# Work required
Print each line from the start of the records below up through the line where "v -2.754 28.884 -20.405" is found, exactly as given.

[Collected data entries]
════════════════
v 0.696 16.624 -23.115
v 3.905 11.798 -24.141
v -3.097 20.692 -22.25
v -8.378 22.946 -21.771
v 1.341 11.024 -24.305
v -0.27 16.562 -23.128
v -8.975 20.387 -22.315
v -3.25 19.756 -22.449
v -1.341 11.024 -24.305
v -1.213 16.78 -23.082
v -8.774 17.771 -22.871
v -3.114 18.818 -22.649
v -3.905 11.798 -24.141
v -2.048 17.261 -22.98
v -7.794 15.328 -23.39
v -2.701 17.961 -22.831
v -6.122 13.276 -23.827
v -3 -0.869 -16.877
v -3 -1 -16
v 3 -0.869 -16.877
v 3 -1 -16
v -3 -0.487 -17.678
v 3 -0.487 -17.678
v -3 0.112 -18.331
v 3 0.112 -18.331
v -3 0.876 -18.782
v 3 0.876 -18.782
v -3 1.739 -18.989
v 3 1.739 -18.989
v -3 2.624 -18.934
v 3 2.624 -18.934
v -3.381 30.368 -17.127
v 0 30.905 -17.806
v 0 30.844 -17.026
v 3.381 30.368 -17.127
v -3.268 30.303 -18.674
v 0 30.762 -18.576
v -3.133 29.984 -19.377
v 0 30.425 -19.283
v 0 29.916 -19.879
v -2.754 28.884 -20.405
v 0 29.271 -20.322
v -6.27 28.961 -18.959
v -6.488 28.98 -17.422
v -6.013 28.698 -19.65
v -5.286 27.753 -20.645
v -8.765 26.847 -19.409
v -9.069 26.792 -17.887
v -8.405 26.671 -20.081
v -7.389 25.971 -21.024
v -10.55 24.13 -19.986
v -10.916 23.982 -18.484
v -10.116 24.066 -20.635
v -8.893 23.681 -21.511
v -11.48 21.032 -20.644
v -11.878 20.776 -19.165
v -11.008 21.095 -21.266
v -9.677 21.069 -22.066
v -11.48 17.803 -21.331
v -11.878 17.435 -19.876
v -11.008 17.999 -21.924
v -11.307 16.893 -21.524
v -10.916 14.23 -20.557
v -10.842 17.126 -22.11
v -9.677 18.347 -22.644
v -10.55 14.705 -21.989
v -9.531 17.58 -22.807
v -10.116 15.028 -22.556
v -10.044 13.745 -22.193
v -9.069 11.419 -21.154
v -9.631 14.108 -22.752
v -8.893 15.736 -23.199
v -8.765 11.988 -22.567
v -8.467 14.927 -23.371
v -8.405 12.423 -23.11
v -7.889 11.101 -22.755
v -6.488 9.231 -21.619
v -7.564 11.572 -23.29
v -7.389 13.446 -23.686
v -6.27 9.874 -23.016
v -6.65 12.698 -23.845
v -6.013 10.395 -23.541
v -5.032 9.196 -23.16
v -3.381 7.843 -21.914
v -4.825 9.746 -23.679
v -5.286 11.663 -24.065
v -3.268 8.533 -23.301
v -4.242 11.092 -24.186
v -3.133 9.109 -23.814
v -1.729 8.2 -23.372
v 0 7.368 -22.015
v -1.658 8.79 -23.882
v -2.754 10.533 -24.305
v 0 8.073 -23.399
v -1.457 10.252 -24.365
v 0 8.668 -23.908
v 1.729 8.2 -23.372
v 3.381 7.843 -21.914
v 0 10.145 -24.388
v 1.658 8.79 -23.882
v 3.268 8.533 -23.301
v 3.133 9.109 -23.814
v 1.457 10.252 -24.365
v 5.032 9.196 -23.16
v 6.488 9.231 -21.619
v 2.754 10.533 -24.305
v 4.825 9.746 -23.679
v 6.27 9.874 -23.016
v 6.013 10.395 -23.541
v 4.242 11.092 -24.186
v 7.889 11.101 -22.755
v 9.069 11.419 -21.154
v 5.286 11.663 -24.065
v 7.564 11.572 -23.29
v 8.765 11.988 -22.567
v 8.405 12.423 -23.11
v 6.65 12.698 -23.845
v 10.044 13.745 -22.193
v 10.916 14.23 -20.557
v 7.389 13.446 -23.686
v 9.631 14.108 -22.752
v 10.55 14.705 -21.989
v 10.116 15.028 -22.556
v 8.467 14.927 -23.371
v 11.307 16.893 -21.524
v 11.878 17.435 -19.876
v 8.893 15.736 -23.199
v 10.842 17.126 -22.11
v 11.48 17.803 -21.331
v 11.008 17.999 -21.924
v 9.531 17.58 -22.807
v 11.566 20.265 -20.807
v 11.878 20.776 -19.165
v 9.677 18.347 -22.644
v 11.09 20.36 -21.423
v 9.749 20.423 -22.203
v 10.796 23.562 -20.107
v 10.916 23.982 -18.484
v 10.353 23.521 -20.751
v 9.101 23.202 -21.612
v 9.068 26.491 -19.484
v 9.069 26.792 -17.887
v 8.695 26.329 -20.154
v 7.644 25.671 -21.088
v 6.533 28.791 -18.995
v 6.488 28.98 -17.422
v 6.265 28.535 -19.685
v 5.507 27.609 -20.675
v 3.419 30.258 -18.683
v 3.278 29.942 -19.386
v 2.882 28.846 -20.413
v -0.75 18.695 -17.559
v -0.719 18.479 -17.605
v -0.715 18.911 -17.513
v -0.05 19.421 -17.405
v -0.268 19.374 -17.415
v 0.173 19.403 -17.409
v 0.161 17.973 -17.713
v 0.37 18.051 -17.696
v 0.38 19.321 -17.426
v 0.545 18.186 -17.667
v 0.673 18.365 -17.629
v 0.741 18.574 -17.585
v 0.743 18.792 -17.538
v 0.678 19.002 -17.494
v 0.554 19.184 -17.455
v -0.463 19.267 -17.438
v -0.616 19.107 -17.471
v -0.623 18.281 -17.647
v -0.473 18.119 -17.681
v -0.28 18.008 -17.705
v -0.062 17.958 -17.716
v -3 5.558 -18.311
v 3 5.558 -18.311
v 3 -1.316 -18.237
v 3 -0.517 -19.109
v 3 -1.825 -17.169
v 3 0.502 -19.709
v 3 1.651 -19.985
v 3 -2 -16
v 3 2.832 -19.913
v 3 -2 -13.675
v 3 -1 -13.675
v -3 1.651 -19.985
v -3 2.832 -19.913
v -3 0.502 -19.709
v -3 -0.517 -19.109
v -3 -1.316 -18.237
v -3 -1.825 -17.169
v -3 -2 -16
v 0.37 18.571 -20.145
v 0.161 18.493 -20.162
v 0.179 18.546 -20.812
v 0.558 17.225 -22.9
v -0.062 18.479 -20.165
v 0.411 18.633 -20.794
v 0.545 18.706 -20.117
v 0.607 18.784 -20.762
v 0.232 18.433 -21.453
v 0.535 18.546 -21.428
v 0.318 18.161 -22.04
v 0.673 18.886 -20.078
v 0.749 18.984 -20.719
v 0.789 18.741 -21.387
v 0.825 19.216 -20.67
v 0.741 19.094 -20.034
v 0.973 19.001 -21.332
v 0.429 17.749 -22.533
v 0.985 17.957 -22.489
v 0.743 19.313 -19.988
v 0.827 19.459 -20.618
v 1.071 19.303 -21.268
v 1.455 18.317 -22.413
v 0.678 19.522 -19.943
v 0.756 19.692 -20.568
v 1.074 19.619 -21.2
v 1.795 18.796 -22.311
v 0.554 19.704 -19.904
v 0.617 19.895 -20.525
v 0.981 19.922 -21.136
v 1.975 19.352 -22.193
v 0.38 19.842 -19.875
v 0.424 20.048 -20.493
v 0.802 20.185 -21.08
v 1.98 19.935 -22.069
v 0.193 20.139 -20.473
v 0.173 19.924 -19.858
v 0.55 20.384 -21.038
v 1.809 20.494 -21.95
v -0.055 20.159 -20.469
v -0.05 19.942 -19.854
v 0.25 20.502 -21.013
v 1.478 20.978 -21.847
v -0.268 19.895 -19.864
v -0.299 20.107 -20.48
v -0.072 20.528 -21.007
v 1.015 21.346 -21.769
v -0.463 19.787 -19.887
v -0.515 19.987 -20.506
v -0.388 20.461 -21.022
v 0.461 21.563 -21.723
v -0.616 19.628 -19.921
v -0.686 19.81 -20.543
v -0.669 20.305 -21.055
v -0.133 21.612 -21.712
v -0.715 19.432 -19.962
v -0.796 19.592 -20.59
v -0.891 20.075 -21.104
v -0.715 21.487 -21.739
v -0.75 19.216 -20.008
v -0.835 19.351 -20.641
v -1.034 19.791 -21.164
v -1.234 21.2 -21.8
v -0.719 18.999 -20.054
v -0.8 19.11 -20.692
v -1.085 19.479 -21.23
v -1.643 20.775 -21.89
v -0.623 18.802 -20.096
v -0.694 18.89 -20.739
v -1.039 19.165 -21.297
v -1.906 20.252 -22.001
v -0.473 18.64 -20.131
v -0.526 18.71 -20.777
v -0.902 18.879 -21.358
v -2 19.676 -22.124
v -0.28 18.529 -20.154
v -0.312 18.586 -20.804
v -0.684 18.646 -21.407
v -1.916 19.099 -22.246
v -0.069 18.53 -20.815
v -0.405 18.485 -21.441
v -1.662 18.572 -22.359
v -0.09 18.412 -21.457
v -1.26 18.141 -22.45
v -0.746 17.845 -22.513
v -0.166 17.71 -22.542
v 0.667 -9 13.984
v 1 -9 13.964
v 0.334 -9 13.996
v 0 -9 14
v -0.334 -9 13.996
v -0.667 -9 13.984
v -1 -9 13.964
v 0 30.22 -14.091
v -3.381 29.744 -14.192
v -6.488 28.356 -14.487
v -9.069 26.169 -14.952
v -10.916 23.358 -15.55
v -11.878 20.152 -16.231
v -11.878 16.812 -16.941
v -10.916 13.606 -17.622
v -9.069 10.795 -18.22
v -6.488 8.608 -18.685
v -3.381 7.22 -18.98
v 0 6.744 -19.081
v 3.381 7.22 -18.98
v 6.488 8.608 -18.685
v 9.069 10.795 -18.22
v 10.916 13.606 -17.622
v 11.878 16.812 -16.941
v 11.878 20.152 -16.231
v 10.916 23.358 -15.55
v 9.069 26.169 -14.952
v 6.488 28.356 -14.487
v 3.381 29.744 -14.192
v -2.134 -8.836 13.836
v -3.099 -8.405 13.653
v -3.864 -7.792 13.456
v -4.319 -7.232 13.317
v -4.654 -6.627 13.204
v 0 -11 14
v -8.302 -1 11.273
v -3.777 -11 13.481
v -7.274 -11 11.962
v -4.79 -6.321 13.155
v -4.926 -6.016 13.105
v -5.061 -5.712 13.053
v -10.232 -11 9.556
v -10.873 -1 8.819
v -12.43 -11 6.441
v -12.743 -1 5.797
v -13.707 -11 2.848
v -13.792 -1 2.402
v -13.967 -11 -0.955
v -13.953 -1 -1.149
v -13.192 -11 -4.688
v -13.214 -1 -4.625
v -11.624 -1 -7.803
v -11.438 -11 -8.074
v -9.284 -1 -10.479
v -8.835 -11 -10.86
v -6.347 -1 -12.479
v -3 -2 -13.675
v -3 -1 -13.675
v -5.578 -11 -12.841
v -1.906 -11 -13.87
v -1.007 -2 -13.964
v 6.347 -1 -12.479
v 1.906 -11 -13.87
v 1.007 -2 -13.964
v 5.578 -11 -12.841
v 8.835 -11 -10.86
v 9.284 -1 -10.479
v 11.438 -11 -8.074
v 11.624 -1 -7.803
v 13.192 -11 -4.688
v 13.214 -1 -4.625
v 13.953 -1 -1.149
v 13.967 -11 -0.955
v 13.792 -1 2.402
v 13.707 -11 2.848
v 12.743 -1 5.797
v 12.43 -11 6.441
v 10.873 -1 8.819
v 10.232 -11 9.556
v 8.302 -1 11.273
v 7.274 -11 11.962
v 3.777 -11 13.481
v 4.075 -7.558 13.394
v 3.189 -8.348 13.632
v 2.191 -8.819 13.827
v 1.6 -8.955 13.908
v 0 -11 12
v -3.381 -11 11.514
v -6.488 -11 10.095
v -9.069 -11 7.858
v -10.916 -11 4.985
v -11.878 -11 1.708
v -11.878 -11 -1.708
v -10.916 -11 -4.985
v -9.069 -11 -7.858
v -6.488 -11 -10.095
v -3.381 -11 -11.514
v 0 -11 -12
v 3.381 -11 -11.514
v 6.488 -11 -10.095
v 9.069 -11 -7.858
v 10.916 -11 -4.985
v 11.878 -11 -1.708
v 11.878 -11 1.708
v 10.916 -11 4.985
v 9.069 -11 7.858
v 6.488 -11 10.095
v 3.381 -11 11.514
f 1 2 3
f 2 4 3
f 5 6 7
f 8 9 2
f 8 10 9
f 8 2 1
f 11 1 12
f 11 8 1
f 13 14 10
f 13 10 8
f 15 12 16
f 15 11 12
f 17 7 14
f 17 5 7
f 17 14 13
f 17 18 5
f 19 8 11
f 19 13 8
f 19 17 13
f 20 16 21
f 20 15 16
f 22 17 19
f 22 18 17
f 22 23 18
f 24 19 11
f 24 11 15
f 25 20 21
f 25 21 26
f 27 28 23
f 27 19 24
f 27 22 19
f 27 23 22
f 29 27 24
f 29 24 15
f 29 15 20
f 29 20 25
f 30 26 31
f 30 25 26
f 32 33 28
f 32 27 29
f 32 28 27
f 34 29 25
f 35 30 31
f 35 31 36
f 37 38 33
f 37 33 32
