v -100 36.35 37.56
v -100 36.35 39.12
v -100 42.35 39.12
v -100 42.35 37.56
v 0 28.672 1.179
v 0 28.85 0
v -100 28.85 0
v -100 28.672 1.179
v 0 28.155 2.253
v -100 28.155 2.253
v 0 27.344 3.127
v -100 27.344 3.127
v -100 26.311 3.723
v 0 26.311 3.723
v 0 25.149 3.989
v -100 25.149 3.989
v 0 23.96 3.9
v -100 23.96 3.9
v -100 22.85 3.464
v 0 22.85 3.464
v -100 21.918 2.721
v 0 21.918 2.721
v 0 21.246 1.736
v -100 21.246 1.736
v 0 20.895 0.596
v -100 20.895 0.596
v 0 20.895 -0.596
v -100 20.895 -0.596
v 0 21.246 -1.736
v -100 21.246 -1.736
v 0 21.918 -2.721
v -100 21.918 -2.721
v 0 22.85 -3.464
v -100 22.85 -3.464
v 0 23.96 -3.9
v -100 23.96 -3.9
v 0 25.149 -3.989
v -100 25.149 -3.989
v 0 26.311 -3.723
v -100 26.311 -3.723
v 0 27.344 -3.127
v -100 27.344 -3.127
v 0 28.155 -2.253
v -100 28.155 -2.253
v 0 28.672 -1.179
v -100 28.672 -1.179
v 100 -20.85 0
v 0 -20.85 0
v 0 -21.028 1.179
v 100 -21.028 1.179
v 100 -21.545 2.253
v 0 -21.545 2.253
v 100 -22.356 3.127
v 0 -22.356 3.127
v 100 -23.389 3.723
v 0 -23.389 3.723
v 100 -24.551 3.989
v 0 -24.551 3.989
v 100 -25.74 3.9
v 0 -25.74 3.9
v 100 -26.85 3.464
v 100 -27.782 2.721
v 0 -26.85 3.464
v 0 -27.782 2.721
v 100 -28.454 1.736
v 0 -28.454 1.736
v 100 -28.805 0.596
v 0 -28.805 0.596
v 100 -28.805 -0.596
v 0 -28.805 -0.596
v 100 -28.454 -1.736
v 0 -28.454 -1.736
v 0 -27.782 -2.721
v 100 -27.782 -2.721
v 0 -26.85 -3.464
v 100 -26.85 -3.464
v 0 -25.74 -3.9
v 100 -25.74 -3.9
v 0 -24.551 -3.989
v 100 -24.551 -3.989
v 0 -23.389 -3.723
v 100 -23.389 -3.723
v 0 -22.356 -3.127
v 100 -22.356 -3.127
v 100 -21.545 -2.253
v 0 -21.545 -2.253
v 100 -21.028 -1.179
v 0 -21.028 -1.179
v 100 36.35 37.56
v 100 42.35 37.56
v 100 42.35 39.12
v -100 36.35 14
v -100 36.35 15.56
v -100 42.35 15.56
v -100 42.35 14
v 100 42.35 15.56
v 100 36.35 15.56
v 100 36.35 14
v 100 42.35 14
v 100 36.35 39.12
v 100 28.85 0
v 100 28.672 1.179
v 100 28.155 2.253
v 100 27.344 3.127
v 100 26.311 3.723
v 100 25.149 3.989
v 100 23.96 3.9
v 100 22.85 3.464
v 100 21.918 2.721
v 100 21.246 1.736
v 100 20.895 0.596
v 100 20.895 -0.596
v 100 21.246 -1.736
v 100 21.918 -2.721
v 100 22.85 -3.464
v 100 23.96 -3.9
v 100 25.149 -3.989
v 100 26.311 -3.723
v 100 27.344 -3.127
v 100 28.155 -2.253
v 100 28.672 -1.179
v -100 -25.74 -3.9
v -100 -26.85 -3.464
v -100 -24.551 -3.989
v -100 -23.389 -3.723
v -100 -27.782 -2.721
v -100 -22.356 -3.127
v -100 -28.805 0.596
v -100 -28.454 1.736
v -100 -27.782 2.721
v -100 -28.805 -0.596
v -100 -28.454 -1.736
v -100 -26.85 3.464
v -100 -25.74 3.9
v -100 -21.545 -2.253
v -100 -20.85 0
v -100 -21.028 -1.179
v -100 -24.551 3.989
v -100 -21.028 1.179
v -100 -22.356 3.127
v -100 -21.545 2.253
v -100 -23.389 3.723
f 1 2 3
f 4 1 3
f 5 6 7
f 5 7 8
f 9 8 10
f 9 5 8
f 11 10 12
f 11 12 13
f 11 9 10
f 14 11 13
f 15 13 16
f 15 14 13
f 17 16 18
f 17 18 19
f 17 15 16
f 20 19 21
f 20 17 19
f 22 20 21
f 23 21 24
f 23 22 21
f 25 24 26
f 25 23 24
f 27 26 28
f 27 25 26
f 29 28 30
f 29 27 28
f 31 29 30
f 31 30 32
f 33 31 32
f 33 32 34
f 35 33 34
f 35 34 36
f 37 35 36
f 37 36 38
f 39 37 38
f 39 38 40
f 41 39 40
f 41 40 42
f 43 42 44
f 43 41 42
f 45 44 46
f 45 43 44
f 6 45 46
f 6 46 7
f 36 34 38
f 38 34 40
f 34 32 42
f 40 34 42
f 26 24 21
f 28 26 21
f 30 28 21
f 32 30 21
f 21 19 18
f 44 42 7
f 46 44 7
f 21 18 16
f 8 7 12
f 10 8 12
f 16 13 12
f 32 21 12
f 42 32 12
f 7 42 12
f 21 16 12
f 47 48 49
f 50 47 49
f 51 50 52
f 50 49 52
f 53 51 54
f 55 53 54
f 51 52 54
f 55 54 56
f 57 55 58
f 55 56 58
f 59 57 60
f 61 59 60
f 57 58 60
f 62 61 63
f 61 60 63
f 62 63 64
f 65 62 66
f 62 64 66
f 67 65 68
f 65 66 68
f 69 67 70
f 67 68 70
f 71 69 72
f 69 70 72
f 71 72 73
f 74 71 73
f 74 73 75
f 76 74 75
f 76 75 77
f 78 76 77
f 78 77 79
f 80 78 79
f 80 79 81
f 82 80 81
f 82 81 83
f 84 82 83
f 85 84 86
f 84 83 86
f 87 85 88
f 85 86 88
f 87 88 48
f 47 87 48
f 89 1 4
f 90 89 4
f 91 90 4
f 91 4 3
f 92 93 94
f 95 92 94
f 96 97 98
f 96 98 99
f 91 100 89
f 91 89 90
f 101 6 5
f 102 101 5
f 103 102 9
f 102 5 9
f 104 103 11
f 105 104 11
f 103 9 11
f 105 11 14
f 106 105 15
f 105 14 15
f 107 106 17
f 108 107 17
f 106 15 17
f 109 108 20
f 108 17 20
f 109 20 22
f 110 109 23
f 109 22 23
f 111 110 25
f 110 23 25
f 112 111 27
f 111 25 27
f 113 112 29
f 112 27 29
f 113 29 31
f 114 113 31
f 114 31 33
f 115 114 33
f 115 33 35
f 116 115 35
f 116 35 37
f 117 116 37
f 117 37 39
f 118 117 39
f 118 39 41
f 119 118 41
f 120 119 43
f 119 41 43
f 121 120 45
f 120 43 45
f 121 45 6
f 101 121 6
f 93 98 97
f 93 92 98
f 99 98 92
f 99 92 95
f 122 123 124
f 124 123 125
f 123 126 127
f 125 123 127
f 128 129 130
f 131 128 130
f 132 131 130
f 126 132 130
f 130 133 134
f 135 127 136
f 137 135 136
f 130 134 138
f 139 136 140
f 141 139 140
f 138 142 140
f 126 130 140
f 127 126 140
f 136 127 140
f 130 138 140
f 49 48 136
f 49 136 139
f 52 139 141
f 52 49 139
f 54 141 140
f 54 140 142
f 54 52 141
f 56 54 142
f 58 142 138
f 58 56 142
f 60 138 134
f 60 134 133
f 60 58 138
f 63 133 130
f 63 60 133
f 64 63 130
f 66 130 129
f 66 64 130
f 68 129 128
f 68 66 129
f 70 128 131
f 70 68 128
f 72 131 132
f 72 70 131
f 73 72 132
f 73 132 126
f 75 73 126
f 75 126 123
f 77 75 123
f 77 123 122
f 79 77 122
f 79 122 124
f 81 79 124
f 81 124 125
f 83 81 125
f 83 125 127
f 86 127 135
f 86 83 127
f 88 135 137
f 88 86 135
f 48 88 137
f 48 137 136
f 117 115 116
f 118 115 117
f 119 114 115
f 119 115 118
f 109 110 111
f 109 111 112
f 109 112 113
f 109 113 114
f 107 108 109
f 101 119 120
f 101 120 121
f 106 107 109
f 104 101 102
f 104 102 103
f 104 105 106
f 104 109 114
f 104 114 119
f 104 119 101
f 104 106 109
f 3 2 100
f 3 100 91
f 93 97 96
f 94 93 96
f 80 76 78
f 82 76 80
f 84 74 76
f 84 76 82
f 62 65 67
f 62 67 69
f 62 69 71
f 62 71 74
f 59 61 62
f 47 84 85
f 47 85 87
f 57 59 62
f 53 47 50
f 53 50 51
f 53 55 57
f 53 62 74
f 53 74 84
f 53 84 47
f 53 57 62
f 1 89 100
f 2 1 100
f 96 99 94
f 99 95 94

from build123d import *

# Parameters (mm, degrees)
F0_R     = 4
F0_W     = 6
F0_H     = 1.56
F1_DEPTH = 100


with BuildPart() as f1:
    # F0 (on Right) → F1 (new body, symmetric)
    with BuildSketch(Plane.YZ):
        with Locations((-24.85, 0)):
            Circle(F0_R)
        with Locations((24.85, 0)):
            Circle(F0_R)
        with Locations((39.35, 14.78)):
            Rectangle(F0_W, F0_H)
        with Locations((39.35, 38.34)):
            Rectangle(F0_W, F0_H)
    extrude(amount=F1_DEPTH, both=True)


solid = f1.part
════════════════
# Written answer
v 0.696 16.624 -23.115
v 3.905 11.798 -24.141
v -3.097 20.692 -22.25
v -8.378 22.946 -21.771
v 1.341 11.024 -24.305
v -0.27 16.562 -23.128
v -8.975 20.387 -22.315
v -3.25 19.756 -22.449
v -1.341 11.024 -24.305
v -1.213 16.78 -23.082
v -8.774 17.771 -22.871
v -3.114 18.818 -22.649
v -3.905 11.798 -24.141
v -2.048 17.261 -22.98
v -7.794 15.328 -23.39
v -2.701 17.961 -22.831
v -6.122 13.276 -23.827
v -3 -0.869 -16.877
v -3 -1 -16
v 3 -0.869 -16.877
v 3 -1 -16
v -3 -0.487 -17.678
v 3 -0.487 -17.678
v -3 0.112 -18.331
v 3 0.112 -18.331
v -3 0.876 -18.782
v 3 0.876 -18.782
v -3 1.739 -18.989
v 3 1.739 -18.989
v -3 2.624 -18.934
v 3 2.624 -18.934
v -3.381 30.368 -17.127
v 0 30.905 -17.806
v 0 30.844 -17.026
v 3.381 30.368 -17.127
v -3.268 30.303 -18.674
v 0 30.762 -18.576
v -3.133 29.984 -19.377
v 0 30.425 -19.283
v 0 29.916 -19.879
v -2.754 28.884 -20.405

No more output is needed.